“Norwegian leprosy missions in Madagascar 1880-1920”

Cand. philol. Sigurd Sandmo

Health work and medicine have always been an important part of protestant missions. The medical missionary represented both secular knowledge rooted in European science and medical education, and the Biblical connection between salvation and healing. To the NMS missions in Madagascar, leprosy, an illness of ancient religious metaphors, became a highly profiled task. In 1888 NMS established the big leper town of Ambohipiantrana in the Malagasy highlands, which was moved and renamed Mangarano in 1916. Both in size and standard these were ground-breaking leper colonies of the time. 
          One could suggest several reasons why leprosy became such an important matter to the Norwegians. First, the disease of the Bible emphasized the religious metaphors of medical missions and gave the mission useful tools for fund raising in Norway, where the disease was well known.

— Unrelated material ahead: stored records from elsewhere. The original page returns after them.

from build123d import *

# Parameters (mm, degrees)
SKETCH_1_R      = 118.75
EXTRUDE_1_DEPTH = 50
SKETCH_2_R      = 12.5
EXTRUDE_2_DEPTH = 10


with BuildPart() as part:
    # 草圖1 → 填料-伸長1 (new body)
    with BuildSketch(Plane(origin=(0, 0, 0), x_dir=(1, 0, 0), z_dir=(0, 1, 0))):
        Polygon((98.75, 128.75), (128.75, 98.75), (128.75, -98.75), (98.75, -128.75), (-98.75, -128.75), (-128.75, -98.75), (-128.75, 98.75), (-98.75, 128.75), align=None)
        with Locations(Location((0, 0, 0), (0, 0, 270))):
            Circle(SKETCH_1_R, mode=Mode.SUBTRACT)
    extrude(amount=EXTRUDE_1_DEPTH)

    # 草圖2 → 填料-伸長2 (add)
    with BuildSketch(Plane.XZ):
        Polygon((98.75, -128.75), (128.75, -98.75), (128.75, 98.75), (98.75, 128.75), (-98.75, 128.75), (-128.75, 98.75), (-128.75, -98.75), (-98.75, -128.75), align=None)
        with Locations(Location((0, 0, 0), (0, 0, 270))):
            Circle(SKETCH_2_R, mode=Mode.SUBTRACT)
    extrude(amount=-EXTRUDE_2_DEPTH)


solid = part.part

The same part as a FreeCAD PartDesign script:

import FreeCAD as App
import Part
import Sketcher

V = App.Vector


def add_polygon(sketch, points):
    """Adds a closed chain of lines whose ends are joined by coincident constraints."""
    first, n = sketch.GeometryCount, len(points)
    for a, b in zip(points, points[1:] + points[:1]):
        sketch.addGeometry(Part.LineSegment(App.Vector(*a, 0), App.Vector(*b, 0)), False)
    for i in range(n):
        sketch.addConstraint(Sketcher.Constraint("Coincident", first + i, 2, first + (i + 1) % n, 1))

doc = App.newDocument("Part")
body = doc.addObject("PartDesign::Body", "Body")

# Sketch on XZ plane
sketch1 = doc.addObject("Sketcher::SketchObject", "Sketch")
body.addObject(sketch1)
sketch1.AttachmentSupport = (doc.XZ_Plane, [""])
sketch1.MapMode = "FlatFace"
add_polygon(sketch1, [(129, -99), (99, -129), (-99, -129), (-129, -99), (-129, 99), (-99, 129), (99, 129), (129, 99)])  # lines 0-7
sketch1.addGeometry(Part.Circle(V(0, 0, 0), V(0, 0, 1), 119), False)  # 8
sketch1.addConstraint([
    Sketcher.Constraint("Horizontal", 1),
    Sketcher.Constraint("Vertical", 3),
    Sketcher.Constraint("Horizontal", 5),
    Sketcher.Constraint("Vertical", 7),
    Sketcher.Constraint("Coincident", 8, 3, -1, 1),
    Sketcher.Constraint("Symmetric", 0, 2, 4, 2, -1, 1),
    Sketcher.Constraint("Symmetric", 2, 2, 6, 2, -1, 1),
    Sketcher.Constraint("Perpendicular", 0, 2),
    Sketcher.Constraint("Perpendicular", 2, 4),
    Sketcher.Constraint("Perpendicular", 4, 6),
    Sketcher.Constraint("Horizontal", 3, 2, 6, 2),
    Sketcher.Constraint("Vertical", 1, 2, 4, 2),
    Sketcher.Constraint("Equal", 5, 3),
    Sketcher.Constraint("Diameter", 8, 237.5),
    Sketcher.Constraint("DistanceX", 1, 2, 1, 1, 197.5),
    Sketcher.Constraint("DistanceX", 2, 2, 1, 2, 30.0),
])
pad1 = doc.addObject("PartDesign::Pad", "Pad")
body.addObject(pad1)
pad1.Profile = sketch1
pad1.Length = 50
pad1.Reversed = True

# Sketch on XZ plane
sketch2 = doc.addObject("Sketcher::SketchObject", "Sketch001")
body.addObject(sketch2)
sketch2.AttachmentSupport = (doc.XZ_Plane, [""])
sketch2.MapMode = "FlatFace"
add_polygon(sketch2, [(99, -129), (129, -99), (129, 99), (99, 129), (-99, 129), (-129, 99), (-129, -99), (-99, -129)])  # lines 0-7
sketch2.addGeometry(Part.Circle(V(0, 0, 0), V(0, 0, 1), 12), False)  # 8
sketch2.addConstraint([
    Sketcher.Constraint("Vertical", 1),
    Sketcher.Constraint("Horizontal", 3),
    Sketcher.Constraint("Vertical", 5),
    Sketcher.Constraint("Horizontal", 7),
    Sketcher.Constraint("Coincident", 8, 3, -1, 1),
    Sketcher.Constraint("Symmetric", 0, 2, 4, 2, -1, 1),
    Sketcher.Constraint("Symmetric", 2, 2, 6, 2, -1, 1),
    Sketcher.Constraint("Perpendicular", 0, 2),
    Sketcher.Constraint("Perpendicular", 2, 4),
    Sketcher.Constraint("Perpendicular", 4, 6),
    Sketcher.Constraint("Horizontal", 1, 2, 4, 2),
    Sketcher.Constraint("Vertical", 3, 2, 6, 2),
    Sketcher.Constraint("Equal", 7, 1),
    Sketcher.Constraint("Diameter", 8, 25.0),
    Sketcher.Constraint("DistanceX", 3, 2, 3, 1, 197.5),
    Sketcher.Constraint("DistanceX", 2, 2, 1, 2, 30.0),
])
pad2 = doc.addObject("PartDesign::Pad", "Pad001")
body.addObject(pad2)
pad2.Profile = sketch2
pad2.Length = 10
pad2.Reversed = True

doc.recompute()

Second, the Norwegian authorities were known for their successful struggle against leprosy in the nineteenth century and for their important role in international leprosy research. Norwegian missionaries could be trained at the famous leprosy institutions in Norway before departure to the missionary fields, and Norwegian physicians could give useful advice in dealing with the dangers of contagion in the Norwegian leper towns in Madagascar.  

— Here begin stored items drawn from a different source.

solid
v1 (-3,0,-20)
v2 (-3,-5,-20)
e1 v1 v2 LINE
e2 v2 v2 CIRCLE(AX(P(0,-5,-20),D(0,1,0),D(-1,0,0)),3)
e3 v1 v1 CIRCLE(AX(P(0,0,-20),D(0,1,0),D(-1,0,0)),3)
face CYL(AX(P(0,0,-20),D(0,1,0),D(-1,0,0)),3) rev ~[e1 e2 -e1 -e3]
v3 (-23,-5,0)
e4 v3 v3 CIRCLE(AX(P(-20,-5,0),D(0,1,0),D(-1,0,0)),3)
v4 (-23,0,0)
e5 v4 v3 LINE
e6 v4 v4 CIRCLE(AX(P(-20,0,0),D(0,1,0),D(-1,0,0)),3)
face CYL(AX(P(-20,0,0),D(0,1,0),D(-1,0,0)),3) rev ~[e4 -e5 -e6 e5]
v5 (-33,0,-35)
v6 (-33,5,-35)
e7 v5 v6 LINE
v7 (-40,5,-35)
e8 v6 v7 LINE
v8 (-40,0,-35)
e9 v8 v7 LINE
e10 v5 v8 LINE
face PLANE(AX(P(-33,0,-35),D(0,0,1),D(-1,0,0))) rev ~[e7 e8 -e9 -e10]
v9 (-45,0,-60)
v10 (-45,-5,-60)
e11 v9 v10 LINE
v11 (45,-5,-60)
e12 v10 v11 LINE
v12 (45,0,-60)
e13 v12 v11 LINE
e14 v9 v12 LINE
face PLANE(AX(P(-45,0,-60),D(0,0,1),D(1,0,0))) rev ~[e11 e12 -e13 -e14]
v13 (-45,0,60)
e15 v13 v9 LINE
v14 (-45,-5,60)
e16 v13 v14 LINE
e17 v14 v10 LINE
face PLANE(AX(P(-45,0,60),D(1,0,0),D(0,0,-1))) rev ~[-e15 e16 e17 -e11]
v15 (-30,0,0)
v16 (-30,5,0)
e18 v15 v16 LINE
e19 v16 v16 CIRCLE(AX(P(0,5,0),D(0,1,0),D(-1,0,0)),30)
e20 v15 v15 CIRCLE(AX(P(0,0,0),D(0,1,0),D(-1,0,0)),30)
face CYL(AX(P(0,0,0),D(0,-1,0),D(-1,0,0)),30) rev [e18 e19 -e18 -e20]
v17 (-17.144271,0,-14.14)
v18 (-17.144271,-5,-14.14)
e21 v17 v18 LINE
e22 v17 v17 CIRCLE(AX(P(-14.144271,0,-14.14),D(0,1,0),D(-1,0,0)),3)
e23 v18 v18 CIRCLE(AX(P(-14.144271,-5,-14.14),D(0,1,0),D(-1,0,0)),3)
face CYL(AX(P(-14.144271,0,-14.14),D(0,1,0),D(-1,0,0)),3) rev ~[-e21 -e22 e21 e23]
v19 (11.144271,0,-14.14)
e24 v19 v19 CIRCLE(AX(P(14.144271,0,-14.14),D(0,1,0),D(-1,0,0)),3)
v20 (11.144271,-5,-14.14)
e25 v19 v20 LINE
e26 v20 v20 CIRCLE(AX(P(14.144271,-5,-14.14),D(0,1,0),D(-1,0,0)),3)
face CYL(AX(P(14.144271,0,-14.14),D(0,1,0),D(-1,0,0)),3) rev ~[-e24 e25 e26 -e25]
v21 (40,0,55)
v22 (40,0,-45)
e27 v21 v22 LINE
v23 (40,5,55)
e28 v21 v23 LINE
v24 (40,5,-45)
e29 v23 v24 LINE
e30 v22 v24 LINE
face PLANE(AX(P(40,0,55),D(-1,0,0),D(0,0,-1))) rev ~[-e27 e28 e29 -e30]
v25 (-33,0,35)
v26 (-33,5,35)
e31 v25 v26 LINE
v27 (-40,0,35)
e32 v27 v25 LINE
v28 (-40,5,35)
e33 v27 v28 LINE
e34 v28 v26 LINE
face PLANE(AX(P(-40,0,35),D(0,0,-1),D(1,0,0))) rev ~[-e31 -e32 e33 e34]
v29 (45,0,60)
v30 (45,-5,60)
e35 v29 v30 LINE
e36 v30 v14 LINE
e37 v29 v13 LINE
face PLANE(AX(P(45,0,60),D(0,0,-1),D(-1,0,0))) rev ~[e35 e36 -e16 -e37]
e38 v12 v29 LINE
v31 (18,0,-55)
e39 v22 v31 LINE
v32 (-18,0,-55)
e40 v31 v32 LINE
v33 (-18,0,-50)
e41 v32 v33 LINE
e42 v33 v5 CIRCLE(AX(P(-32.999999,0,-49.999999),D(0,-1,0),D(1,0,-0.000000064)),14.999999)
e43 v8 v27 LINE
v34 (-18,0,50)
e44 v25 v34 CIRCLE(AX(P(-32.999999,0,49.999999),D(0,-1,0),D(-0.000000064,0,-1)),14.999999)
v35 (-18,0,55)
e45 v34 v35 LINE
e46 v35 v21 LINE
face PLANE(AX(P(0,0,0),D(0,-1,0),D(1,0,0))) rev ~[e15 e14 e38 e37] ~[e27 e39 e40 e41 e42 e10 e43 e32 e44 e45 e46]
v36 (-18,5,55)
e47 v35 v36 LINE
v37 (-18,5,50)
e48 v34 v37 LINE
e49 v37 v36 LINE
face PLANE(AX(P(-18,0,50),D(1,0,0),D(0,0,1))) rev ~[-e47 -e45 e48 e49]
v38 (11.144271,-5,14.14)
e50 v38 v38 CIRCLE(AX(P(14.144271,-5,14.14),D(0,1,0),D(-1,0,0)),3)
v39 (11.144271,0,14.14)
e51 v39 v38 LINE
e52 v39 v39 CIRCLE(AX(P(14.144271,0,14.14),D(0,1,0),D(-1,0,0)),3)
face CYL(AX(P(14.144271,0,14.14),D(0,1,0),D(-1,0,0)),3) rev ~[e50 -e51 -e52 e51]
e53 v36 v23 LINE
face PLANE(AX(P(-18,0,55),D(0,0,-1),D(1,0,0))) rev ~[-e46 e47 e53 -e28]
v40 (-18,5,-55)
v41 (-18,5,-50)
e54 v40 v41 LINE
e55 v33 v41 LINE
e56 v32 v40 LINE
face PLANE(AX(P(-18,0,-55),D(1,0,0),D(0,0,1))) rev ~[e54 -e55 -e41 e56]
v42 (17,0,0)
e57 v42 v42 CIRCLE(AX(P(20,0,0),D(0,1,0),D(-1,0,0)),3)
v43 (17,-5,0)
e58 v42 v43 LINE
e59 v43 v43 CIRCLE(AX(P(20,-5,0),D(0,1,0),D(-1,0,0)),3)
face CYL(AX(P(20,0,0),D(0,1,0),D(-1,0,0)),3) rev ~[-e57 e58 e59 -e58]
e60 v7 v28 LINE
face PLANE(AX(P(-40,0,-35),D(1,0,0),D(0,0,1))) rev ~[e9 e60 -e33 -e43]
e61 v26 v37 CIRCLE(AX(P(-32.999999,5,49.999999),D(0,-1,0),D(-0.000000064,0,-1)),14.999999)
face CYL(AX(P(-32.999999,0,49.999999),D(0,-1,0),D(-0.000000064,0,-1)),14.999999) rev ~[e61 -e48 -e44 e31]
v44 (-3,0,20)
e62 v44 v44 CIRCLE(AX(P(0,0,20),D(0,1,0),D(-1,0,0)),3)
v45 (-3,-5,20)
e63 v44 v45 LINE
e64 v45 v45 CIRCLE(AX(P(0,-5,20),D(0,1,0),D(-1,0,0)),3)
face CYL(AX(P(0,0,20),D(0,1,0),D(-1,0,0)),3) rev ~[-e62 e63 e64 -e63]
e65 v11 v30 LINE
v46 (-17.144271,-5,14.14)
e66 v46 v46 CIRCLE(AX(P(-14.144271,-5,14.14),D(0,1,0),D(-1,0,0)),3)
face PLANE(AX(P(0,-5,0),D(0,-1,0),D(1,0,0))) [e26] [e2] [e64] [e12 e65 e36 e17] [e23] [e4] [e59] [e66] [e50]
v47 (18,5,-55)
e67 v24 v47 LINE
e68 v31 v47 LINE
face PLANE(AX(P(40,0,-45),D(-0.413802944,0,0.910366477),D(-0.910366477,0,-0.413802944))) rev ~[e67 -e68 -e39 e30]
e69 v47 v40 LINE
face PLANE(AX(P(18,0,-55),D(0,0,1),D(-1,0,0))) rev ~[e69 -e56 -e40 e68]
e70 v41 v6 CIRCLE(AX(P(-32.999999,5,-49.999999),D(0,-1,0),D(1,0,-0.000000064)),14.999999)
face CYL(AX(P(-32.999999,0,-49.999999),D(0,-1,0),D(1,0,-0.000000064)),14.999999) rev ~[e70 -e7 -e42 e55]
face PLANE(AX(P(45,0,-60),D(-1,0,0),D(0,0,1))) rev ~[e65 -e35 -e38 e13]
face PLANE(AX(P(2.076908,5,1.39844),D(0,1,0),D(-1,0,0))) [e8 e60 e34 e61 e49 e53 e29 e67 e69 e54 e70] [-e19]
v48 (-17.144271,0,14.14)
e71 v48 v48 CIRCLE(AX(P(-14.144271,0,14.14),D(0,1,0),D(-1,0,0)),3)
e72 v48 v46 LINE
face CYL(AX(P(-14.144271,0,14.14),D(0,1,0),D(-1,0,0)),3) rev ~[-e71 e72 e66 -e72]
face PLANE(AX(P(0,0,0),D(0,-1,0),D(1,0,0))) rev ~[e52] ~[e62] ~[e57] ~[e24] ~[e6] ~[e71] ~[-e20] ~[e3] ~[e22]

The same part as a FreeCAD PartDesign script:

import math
import FreeCAD as App
import Part
import Sketcher

doc = App.newDocument("Part")
body = doc.addObject("PartDesign::Body", "Body")

sketch1 = body.newObject("Sketcher::SketchObject", "Sketch")
sketch1.AttachmentSupport = (doc.getObject("XZ_Plane"), [""])
sketch1.MapMode = "FlatFace"
sketch1.addGeometry(Part.LineSegment(App.Vector(45, -60, 0), App.Vector(45, 60, 0)), False)
sketch1.addGeometry(Part.LineSegment(App.Vector(45, 60, 0), App.Vector(-45, 60, 0)), False)
sketch1.addGeometry(Part.LineSegment(App.Vector(-45, 60, 0), App.Vector(-45, -60, 0)), False)
sketch1.addGeometry(Part.LineSegment(App.Vector(-45, -60, 0), App.Vector(45, -60, 0)), False)
sketch1.addConstraint(Sketcher.Constraint("Coincident", 0, 2, 1, 1))
sketch1.addConstraint(Sketcher.Constraint("Coincident", 1, 2, 2, 1))
sketch1.addConstraint(Sketcher.Constraint("Coincident", 2, 2, 3, 1))
sketch1.addConstraint(Sketcher.Constraint("Coincident", 3, 2, 0, 1))
sketch1.addConstraint(Sketcher.Constraint("Vertical", 0))
sketch1.addConstraint(Sketcher.Constraint("Horizontal", 1))
sketch1.addConstraint(Sketcher.Constraint("Vertical", 2))
sketch1.addConstraint(Sketcher.Constraint("Horizontal", 3))
sketch1.addConstraint(Sketcher.Constraint("Symmetric", 0, 2, 2, 2, -1, 1))
sketch1.addConstraint(Sketcher.Constraint("DistanceX", 1, 2, 1, 1, 90.0))
sketch1.addConstraint(Sketcher.Constraint("DistanceY", 0, 1, 0, 2, 120.0))
pad1 = body.newObject("PartDesign::Pad", "Pad")
pad1.Profile = sketch1
pad1.Length = 5

sketch2 = body.newObject("Sketcher::SketchObject", "Sketch001")
sketch2.AttachmentSupport = (doc.getObject("XZ_Plane"), [""])
sketch2.MapMode = "FlatFace"
sketch2.addGeometry(Part.LineSegment(App.Vector(40, 55, 0), App.Vector(40, -45, 0)), False)
sketch2.addGeometry(Part.LineSegment(App.Vector(40, -45, 0), App.Vector(18, -55, 0)), False)
sketch2.addGeometry(Part.LineSegment(App.Vector(18, -55, 0), App.Vector(-18, -55, 0)), False)
sketch2.addGeometry(Part.LineSegment(App.Vector(-18, -55, 0), App.Vector(-18, -50, 0)), False)
sketch2.addGeometry(Part.ArcOfCircle(Part.Circle(App.Vector(-33, -50, 0), App.Vector(0, 0, 1), 15), math.radians(0), math.radians(90)), False)
sketch2.addGeometry(Part.LineSegment(App.Vector(-33, -35, 0), App.Vector(-40, -35, 0)), False)
sketch2.addGeometry(Part.LineSegment(App.Vector(-40, -35, 0), App.Vector(-40, 35, 0)), False)
sketch2.addGeometry(Part.LineSegment(App.Vector(-40, 35, 0), App.Vector(-33, 35, 0)), False)
sketch2.addGeometry(Part.ArcOfCircle(Part.Circle(App.Vector(-33, 50, 0), App.Vector(0, 0, 1), 15), math.radians(-90), math.radians(0)), False)
sketch2.addGeometry(Part.LineSegment(App.Vector(-18, 50, 0), App.Vector(-18, 55, 0)), False)
sketch2.addGeometry(Part.LineSegment(App.Vector(-18, 55, 0), App.Vector(40, 55, 0)), False)
sketch2.addGeometry(Part.Circle(App.Vector(0, 0, 0), App.Vector(0, 0, 1), 30), False)
sketch2.addConstraint(Sketcher.Constraint("Coincident", 0, 2, 1, 1))
sketch2.addConstraint(Sketcher.Constraint("Coincident", 1, 2, 2, 1))
sketch2.addConstraint(Sketcher.Constraint("Coincident", 2, 2, 3, 1))
sketch2.addConstraint(Sketcher.Constraint("Tangent", 3, 2, 4, 1))
sketch2.addConstraint(Sketcher.Constraint("Tangent", 4, 2, 5, 1))
sketch2.addConstraint(Sketcher.Constraint("Coincident", 5, 2, 6, 1))
sketch2.addConstraint(Sketcher.Constraint("Coincident", 6, 2, 7, 1))
sketch2.addConstraint(Sketcher.Constraint("Tangent", 7, 2, 8, 1))
sketch2.addConstraint(Sketcher.Constraint("Tangent", 8, 2, 9, 1))
sketch2.addConstraint(Sketcher.Constraint("Coincident", 9, 2, 10, 1))
sketch2.addConstraint(Sketcher.Constraint("Coincident", 10, 2, 0, 1))
sketch2.addConstraint(Sketcher.Constraint("Vertical", 0))
sketch2.addConstraint(Sketcher.Constraint("Horizontal", 2))
sketch2.addConstraint(Sketcher.Constraint("Vertical", 3))
sketch2.addConstraint(Sketcher.Constraint("Horizontal", 5))
sketch2.addConstraint(Sketcher.Constraint("Vertical", 6))
sketch2.addConstraint(Sketcher.Constraint("Horizontal", 7))
sketch2.addConstraint(Sketcher.Constraint("Vertical", 9))
sketch2.addConstraint(Sketcher.Constraint("Horizontal", 10))
sketch2.addConstraint(Sketcher.Constraint("Coincident", 11, 3, -1, 1))
sketch2.addConstraint(Sketcher.Constraint("Equal", 4, 8))
sketch2.addConstraint(Sketcher.Constraint("Symmetric", 1, 2, 9, 2, -1, 1))
sketch2.addConstraint(Sketcher.Constraint("Symmetric", 4, 3, 8, 3, -1))
sketch2.addConstraint(Sketcher.Constraint("Diameter", 11, 60.0))
sketch2.addConstraint(Sketcher.Constraint("Radius", 4, 14.999999))
sketch2.addConstraint(Sketcher.Constraint("DistanceX", 2, 2, 2, 1, 36.0))
sketch2.addConstraint(Sketcher.Constraint("DistanceX", 5, 2, 5, 1, 7.0))
sketch2.addConstraint(Sketcher.Constraint("DistanceX", 10, 1, 10, 2, 58.0))
sketch2.addConstraint(Sketcher.Constraint("DistanceY", 0, 2, 0, 1, 100.0))
sketch2.addConstraint(Sketcher.Constraint("DistanceY", 3, 1, 3, 2, 5.0))
sketch2.addConstraint(Sketcher.Constraint("DistanceY", 6, 1, 6, 2, 70.0))
pad2 = body.newObject("PartDesign::Pad", "Pad001")
pad2.Profile = sketch2
pad2.Length = 5
pad2.Reversed = True

sketch3 = body.newObject("Sketcher::SketchObject", "Sketch002")
sketch3.AttachmentSupport = (doc.getObject("XZ_Plane"), [""])
sketch3.MapMode = "FlatFace"
sketch3.addGeometry(Part.Circle(App.Vector(14.1, -14.1, 0), App.Vector(0, 0, 1), 3), False)
sketch3.addGeometry(Part.Circle(App.Vector(20, 0, 0), App.Vector(0, 0, 1), 3), False)
sketch3.addGeometry(Part.Circle(App.Vector(14.1, 14.1, 0), App.Vector(0, 0, 1), 3), False)
sketch3.addGeometry(Part.Circle(App.Vector(0, 20, 0), App.Vector(0, 0, 1), 3), False)
sketch3.addGeometry(Part.Circle(App.Vector(-14.1, 14.1, 0), App.Vector(0, 0, 1), 3), False)
sketch3.addGeometry(Part.Circle(App.Vector(-20, 0, 0), App.Vector(0, 0, 1), 3), False)
sketch3.addGeometry(Part.Circle(App.Vector(-14.1, -14.1, 0), App.Vector(0, 0, 1), 3), False)
sketch3.addGeometry(Part.Circle(App.Vector(0, -20, 0), App.Vector(0, 0, 1), 3), False)
sketch3.addConstraint(Sketcher.Constraint("Equal", 0, 1))
sketch3.addConstraint(Sketcher.Constraint("Equal", 1, 2))
sketch3.addConstraint(Sketcher.Constraint("Equal", 2, 3))
sketch3.addConstraint(Sketcher.Constraint("Equal", 3, 4))
sketch3.addConstraint(Sketcher.Constraint("Equal", 4, 5))
sketch3.addConstraint(Sketcher.Constraint("Equal", 5, 6))
sketch3.addConstraint(Sketcher.Constraint("Equal", 6, 7))
sketch3.addConstraint(Sketcher.Constraint("Symmetric", 0, 3, 4, 3, -1, 1))
sketch3.addConstraint(Sketcher.Constraint("Symmetric", 1, 3, 5, 3, -1, 1))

          The work among the lepers was a struggle against a horrible threat to the Malagasy society, and was probably considered as such. Nevertheless, the disease also represented political opportunities for a small country like Norway to fulfil its missionary work in a country characterised by the political and missionary rivalry of more powerful countries and religious and political factions. British protestant missionaries were well established when the Norwegians arrived in the early 1880s, so were French Catholics and Jesuits. In 1895 Madagascar came under French rule and existing conflicts were sharpened. However, the Norwegian leprosy missions were considered as both politically and religiously harmless, and also in the interest of the new colonial rule. The Norwegian leprosy missions were, so to speak, legitimised by medical knowledge and experience, but nourished by religious metaphors. In Madagascar the disease played an important political role, making it possible for the Norwegians to establish themselves among rivalling participants of bigger size and power. This project will question how NMS used leprosy as a political metaphor when addressing both Malagasy and French authorities in Madagascar and how the disease was presented to the readers of NMS publications in Norway. The main sources will consist of archive material and printed publications in the NMS archive in Stavanger.